I think you take it just exactly like he said. He doesn't care what you think about conversing with her. I didn't read the other thread, but you do not have to wait and see how this develops. The question is whether you are willing to add consequences to an ultimatum. Personally, if it were me, his reply would come to haunt him. It would be the words he hears when he either disconnects Facebook (because he is showing that he cannot be trusted), or moves out if he refuses to.


----------



## PHTlump (Jun 2, 2010)

You can't expect honesty and openness from your husband when you're hiding your own vice. Tell him about your gambling. He will be justifiably angry. Then tell him that his vice is this woman.

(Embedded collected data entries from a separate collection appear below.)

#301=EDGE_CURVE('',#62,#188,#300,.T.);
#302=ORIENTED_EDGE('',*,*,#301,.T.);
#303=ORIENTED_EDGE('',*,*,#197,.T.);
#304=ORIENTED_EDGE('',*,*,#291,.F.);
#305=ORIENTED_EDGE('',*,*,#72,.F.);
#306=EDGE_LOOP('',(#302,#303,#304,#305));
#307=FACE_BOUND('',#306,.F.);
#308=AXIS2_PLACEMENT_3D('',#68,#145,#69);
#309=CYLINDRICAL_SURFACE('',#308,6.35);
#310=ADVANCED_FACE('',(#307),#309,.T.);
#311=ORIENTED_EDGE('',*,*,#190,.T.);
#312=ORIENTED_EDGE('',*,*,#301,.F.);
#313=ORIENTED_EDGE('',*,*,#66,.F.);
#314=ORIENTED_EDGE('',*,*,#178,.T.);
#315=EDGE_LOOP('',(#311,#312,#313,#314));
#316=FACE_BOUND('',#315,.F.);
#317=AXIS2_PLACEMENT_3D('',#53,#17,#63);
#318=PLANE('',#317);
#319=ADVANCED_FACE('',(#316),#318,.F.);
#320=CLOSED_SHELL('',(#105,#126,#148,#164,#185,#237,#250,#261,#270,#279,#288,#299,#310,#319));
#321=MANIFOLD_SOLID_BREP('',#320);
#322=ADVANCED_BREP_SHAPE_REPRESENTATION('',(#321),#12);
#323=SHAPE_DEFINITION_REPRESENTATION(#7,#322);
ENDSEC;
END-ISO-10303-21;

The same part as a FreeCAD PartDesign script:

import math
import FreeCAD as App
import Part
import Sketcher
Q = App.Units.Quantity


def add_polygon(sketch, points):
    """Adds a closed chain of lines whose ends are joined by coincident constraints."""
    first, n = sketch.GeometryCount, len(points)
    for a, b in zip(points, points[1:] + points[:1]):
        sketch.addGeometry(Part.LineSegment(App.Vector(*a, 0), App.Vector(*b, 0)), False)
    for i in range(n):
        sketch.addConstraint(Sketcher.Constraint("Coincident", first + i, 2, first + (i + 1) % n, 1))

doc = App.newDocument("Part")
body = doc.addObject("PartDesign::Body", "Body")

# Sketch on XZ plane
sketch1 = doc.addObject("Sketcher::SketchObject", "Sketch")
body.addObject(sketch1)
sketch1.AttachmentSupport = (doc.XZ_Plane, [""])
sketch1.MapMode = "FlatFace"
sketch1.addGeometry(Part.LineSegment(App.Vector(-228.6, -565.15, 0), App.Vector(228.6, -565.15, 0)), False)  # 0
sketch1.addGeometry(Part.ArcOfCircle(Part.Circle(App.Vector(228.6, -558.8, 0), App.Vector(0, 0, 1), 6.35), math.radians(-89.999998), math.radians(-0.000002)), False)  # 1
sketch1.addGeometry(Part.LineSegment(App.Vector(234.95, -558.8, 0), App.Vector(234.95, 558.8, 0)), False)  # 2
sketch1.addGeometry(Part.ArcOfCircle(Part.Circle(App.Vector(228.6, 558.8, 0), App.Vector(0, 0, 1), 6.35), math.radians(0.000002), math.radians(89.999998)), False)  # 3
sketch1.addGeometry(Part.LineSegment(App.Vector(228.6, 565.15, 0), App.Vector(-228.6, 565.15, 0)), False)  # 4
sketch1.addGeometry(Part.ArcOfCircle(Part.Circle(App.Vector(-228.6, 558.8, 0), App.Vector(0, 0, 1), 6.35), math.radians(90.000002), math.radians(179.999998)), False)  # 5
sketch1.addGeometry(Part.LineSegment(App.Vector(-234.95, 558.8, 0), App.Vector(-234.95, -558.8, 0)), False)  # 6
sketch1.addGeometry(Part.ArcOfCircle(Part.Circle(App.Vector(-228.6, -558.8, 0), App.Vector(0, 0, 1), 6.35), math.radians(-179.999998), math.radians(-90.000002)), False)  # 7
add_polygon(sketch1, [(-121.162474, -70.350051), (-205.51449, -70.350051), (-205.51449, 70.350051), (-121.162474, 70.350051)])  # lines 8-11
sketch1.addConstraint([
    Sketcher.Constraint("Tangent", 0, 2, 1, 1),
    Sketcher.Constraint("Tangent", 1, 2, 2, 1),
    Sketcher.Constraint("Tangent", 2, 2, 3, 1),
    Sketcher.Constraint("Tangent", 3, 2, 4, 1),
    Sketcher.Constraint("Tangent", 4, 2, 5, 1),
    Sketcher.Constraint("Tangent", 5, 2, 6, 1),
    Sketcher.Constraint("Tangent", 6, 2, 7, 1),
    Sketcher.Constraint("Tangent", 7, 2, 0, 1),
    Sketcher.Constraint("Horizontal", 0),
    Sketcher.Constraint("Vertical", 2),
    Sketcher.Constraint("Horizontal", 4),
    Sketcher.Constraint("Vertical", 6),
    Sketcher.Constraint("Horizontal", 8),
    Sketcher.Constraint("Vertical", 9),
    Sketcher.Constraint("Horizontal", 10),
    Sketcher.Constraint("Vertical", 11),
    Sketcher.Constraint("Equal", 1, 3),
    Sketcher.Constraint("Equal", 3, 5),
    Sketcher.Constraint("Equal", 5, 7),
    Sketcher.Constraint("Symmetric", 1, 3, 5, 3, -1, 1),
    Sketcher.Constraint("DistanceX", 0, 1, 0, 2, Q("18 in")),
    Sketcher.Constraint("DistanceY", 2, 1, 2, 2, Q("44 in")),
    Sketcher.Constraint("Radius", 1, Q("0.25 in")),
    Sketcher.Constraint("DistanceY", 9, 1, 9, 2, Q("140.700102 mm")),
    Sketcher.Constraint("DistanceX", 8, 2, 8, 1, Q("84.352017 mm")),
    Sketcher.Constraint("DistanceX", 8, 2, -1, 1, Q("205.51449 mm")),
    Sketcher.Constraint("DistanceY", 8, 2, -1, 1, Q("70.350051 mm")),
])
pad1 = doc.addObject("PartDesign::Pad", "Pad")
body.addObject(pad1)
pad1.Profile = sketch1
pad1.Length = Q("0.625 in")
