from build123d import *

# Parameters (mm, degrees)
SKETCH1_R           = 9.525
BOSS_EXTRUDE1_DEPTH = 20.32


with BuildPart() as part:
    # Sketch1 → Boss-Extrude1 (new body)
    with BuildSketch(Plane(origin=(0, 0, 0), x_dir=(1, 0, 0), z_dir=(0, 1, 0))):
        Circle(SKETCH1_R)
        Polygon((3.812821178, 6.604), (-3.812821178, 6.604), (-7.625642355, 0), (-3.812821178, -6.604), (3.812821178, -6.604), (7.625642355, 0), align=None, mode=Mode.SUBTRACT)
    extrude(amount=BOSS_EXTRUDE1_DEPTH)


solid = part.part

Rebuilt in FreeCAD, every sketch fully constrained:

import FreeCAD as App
import Part
import Sketcher
Q = App.Units.Quantity


def add_polygon(sketch, points):
    """Adds a closed chain of lines whose ends are joined by coincident constraints."""
    first, n = sketch.GeometryCount, len(points)
    for a, b in zip(points, points[1:] + points[:1]):
        sketch.addGeometry(Part.LineSegment(App.Vector(*a, 0), App.Vector(*b, 0)), False)
    for i in range(n):
        sketch.addConstraint(Sketcher.Constraint("Coincident", first + i, 2, first + (i + 1) % n, 1))

doc = App.newDocument("Part")
body = doc.addObject("PartDesign::Body", "Body")

sketch1 = body.newObject("Sketcher::SketchObject", "Sketch")
sketch1.AttachmentSupport = (doc.getObject("XZ_Plane"), [""])
sketch1.MapMode = "FlatFace"
sketch1.addGeometry(Part.Circle(App.Vector(0, 0, 0), App.Vector(0, 0, 1), 10), False)
add_polygon(sketch1, [(-4, -7), (4, -7), (8, 0), (4, 7), (-4, 7), (-8, 0)])
sketch1.addConstraint(Sketcher.Constraint("Horizontal", 1))
sketch1.addConstraint(Sketcher.Constraint("Horizontal", 4))
sketch1.addConstraint(Sketcher.Constraint("Coincident", 0, 3, -1, 1))
sketch1.addConstraint(Sketcher.Constraint("Symmetric", 1, 2, 4, 2, -1, 1))
sketch1.addConstraint(Sketcher.Constraint("Symmetric", 2, 2, 5, 2, -1, 1))
sketch1.addConstraint(Sketcher.Constraint("PointOnObject", 2, 2, -1))
sketch1.addConstraint(Sketcher.Constraint("Parallel", 3, 6))
sketch1.addConstraint(Sketcher.Constraint("Vertical", 1, 2, 3, 2))
sketch1.addConstraint(Sketcher.Constraint("Diameter", 0, Q("0.75 in")))
sketch1.addConstraint(Sketcher.Constraint("Angle", 2, Q("60 deg")))
sketch1.addConstraint(Sketcher.Constraint("DistanceY", 1, 2, -1, 1, Q("0.26 in")))
sketch1.addConstraint(Sketcher.Constraint("DistanceX", 1, 1, 1, 2, Q("7.625642 mm")))
pad1 = body.newObject("PartDesign::Pad", "Pad")
pad1.Profile = sketch1
pad1.Length = Q("0.8 in")
pad1.Reversed = True

doc.recompute()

If you came to your husband beforehand and asked whether you could gamble away a few hundred dollars, he would likely say no. Hopefully, you would respect that and not gamble. So why don't you tell him no? Tell him that this woman is a threat to your marriage and if he wants to carry on with her (whether in real life or on Facebook), then he needs to get out and start supporting two households.

He may resent you for a while until the fog clears. But, your marriage would have one less threat.


----------



## sigma1299 (May 26, 2011)

Sorry you're here again Nikki. The advice you've been given so far I agree with. The line in the sand your H has drawn is not a good one, it is not the action of someone who either respects or cares about you. It also likely indicates he knows you aren't going to like what he has to say to the OW - red flag there for sure. You're just going to have to decide what you are and are not willing to live with and what the consequences you're willing to enforce are and then enforce them if necessary. Can't remember if the two of you are in MC or not, but it may be time if you're not. Communication is the key and it sounds like your H is not interested in communicating with you currently. Lay out your boundaries and expectations calmly and rationally and explain what you will do if he does not respect those. Then keep trying to get him to communicate, again, calmly and rationally.


----------



## Shaggy (Jul 17, 2011)

When he asked you, your response should have been "actually I don't accept you talking to her, and that's because of your history with and feelings for this woman. If there's one person out there who is a real threat to our relationship and marriage it's her. So just like I would say no to playing with fire inside a house, I will say no to you having more contact with her. Call it selfish, but I choose our marriage over making you happy by letting her into our lives."


----------



## AppleDucklings (Mar 27, 2011)

you are 100% positive he never had sex with her? You feel VERY confident that sex never happened?
Ok, so going with they never slept together, but you know he was at one time "in love with her", to me that is a big red flag. Maybe he is over her, I don't know, but judging from his reaction towards you, he is not over her and in fact he has done something with her or is in the planning stages of something happening.
Put your foot down, and if he tries to step on your foot, kick him. Nothing good will come from him being in contact with this woman.
Do NOT be your husband's second choice. Your husband does not get the option of speaking to her as long as it's open for you to see. All he will do here is make a few open message to pease you while having secret dirty chat behind your back. You will end being fooled by thinking everything is good while your husband is actually carrying on with things he shouldnt behind your back.


----------



## sexuallyfustrated (Mar 24, 2011)

PHTlump said:


> You can't expect honesty and openness from your husband when you're hiding your own vice. Tell him about your gambling. He will be justifiably angry. Then tell him that his vice is this woman.
> 
> If you came to your husband beforehand and asked whether you could gamble away a few hundred dollars, he would likely say no. Hopefully, you would respect that and not gamble. So why don't you tell him no? Tell him that this woman is a threat to your marriage and if he wants to carry on with her (whether in real life or on Facebook), then he needs to get out and start supporting two households.
> 
> He may resent you for a while until the fog clears. But, your marriage would have one less threat.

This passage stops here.